**What to do**
From the entries provided below, copy each line that contains the word "merges".

**Recorded information**
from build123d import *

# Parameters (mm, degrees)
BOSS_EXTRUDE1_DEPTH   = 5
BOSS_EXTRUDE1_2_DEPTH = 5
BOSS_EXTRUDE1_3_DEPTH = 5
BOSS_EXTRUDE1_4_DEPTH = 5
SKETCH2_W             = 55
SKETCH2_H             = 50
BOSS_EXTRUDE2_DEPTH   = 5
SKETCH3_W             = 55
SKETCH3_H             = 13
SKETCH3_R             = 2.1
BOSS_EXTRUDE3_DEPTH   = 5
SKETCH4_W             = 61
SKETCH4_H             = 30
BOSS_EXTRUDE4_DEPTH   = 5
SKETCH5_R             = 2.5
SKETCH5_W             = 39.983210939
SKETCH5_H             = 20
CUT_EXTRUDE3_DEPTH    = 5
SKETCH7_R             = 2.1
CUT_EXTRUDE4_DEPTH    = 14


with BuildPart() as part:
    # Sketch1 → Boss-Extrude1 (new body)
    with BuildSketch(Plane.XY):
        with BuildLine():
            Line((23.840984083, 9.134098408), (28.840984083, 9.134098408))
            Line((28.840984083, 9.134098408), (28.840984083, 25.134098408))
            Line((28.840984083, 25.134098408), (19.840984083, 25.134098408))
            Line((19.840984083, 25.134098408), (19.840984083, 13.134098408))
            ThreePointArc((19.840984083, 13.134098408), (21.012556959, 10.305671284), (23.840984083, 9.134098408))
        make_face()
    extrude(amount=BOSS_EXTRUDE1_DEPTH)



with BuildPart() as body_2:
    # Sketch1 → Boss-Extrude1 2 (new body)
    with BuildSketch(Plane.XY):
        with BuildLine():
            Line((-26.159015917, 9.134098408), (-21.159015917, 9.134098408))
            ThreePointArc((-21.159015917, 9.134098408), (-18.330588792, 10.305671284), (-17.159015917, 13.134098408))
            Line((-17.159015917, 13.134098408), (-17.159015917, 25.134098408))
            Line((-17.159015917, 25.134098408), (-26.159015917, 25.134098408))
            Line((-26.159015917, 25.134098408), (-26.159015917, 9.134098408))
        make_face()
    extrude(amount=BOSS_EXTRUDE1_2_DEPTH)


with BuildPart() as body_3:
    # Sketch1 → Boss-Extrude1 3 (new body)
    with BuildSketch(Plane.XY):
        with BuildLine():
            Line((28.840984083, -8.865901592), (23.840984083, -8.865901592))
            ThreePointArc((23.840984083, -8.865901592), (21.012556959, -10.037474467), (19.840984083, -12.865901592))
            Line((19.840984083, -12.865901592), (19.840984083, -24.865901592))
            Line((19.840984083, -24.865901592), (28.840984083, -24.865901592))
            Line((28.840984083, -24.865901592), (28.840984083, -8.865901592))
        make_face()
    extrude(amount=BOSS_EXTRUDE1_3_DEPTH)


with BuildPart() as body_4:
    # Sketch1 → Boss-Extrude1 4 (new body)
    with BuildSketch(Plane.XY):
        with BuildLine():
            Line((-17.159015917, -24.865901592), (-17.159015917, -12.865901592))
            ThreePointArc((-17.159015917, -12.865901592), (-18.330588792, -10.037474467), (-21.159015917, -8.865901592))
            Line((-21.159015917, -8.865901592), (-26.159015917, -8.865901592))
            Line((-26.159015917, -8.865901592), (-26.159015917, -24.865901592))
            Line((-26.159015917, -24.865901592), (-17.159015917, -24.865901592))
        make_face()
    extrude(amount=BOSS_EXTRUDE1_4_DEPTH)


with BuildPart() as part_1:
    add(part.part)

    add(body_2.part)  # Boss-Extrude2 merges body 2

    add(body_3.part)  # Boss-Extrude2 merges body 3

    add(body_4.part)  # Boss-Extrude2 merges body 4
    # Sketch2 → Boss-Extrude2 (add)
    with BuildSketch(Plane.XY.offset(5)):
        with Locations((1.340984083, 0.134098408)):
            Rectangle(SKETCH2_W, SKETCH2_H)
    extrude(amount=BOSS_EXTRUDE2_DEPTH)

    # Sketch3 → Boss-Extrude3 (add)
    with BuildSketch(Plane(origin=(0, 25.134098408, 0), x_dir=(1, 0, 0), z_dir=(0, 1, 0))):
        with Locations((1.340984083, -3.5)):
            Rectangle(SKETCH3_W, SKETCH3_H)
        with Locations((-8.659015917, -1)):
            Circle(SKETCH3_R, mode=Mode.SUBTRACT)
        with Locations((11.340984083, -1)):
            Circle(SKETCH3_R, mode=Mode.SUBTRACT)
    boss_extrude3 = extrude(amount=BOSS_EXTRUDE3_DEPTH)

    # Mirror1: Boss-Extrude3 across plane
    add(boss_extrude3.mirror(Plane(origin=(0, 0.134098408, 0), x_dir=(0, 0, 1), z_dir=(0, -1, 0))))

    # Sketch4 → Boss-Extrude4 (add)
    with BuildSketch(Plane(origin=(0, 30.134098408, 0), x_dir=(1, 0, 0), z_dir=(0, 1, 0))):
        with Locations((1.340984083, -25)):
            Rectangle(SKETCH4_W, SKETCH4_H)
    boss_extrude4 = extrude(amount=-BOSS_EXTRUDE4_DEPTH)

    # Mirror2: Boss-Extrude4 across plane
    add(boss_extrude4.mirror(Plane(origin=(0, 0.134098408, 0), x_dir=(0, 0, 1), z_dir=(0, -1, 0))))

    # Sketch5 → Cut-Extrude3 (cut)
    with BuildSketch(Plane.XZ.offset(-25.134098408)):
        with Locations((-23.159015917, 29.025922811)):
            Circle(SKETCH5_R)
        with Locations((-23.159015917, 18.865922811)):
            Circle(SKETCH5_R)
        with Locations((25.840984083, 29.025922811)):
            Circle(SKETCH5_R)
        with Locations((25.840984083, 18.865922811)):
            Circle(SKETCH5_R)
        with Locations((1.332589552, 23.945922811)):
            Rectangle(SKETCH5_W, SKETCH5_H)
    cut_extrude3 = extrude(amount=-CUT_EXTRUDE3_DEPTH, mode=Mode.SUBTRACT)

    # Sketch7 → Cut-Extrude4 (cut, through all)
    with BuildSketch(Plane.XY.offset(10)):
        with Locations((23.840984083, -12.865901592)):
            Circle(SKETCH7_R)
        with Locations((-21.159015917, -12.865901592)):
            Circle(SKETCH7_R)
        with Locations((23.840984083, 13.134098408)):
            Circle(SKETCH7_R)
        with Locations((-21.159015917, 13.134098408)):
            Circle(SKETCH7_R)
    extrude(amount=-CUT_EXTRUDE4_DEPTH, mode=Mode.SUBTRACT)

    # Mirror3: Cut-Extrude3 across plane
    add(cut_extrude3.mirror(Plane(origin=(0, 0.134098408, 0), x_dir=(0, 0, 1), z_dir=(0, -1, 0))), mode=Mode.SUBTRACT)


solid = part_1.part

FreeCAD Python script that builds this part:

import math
import FreeCAD as App
import Part
import Sketcher
from FreeCAD import Vector


def add_polygon(sketch, points):
    """Adds a closed chain of lines whose ends are joined by coincident constraints."""
    first, n = sketch.GeometryCount, len(points)
    for a, b in zip(points, points[1:] + points[:1]):
        sketch.addGeometry(Part.LineSegment(App.Vector(*a, 0), App.Vector(*b, 0)), False)
    for i in range(n):
        sketch.addConstraint(Sketcher.Constraint("Coincident", first + i, 2, first + (i + 1) % n, 1))

doc = App.newDocument("Part")
body = doc.addObject("PartDesign::Body", "Body")

# Sketch on XY plane
sketch1 = body.newObject("Sketcher::SketchObject", "Sketch")
sketch1.AttachmentSupport = (doc.getObject("XY_Plane"), [""])
sketch1.MapMode = "FlatFace"
sketch1.addGeometry([
    Part.LineSegment(Vector(23.8, 9.1, 0), Vector(28.8, 9.1, 0)),  # 0
    Part.LineSegment(Vector(28.8, 9.1, 0), Vector(28.8, 25.1, 0)),  # 1
    Part.LineSegment(Vector(28.8, 25.1, 0), Vector(19.8, 25.1, 0)),  # 2
    Part.LineSegment(Vector(19.8, 25.1, 0), Vector(19.8, 13.1, 0)),  # 3
    Part.ArcOfCircle(Part.Circle(Vector(23.8, 13.1, 0), Vector(0, 0, 1), 4), math.radians(-180), math.radians(-90)),  # 4
], False)
sketch1.addConstraint([
    Sketcher.Constraint("Coincident", 0, 2, 1, 1),
    Sketcher.Constraint("Coincident", 1, 2, 2, 1),
    Sketcher.Constraint("Coincident", 2, 2, 3, 1),
    Sketcher.Constraint("Tangent", 3, 2, 4, 1),
    Sketcher.Constraint("Tangent", 4, 2, 0, 1),
    Sketcher.Constraint("Horizontal", 0),
    Sketcher.Constraint("Vertical", 1),
    Sketcher.Constraint("Horizontal", 2),
    Sketcher.Constraint("Vertical", 3),
    Sketcher.Constraint("Radius", 4, 4.0),
    Sketcher.Constraint("DistanceX", 0, 1, 0, 2, 5.0),
    Sketcher.Constraint("DistanceY", 1, 1, 1, 2, 16.0),
    Sketcher.Constraint("DistanceY", -1, 1, 4, 3, 13.134098),
    Sketcher.Constraint("DistanceX", -1, 1, 4, 3, 23.840984),
])
pad1 = body.newObject("PartDesign::Pad", "Pad")
pad1.Profile = sketch1
pad1.Length = 5
body2 = doc.addObject("PartDesign::Body", "Body001")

**Output below**
    add(body_2.part)  # Boss-Extrude2 merges body 2
    add(body_3.part)  # Boss-Extrude2 merges body 3
    add(body_4.part)  # Boss-Extrude2 merges body 4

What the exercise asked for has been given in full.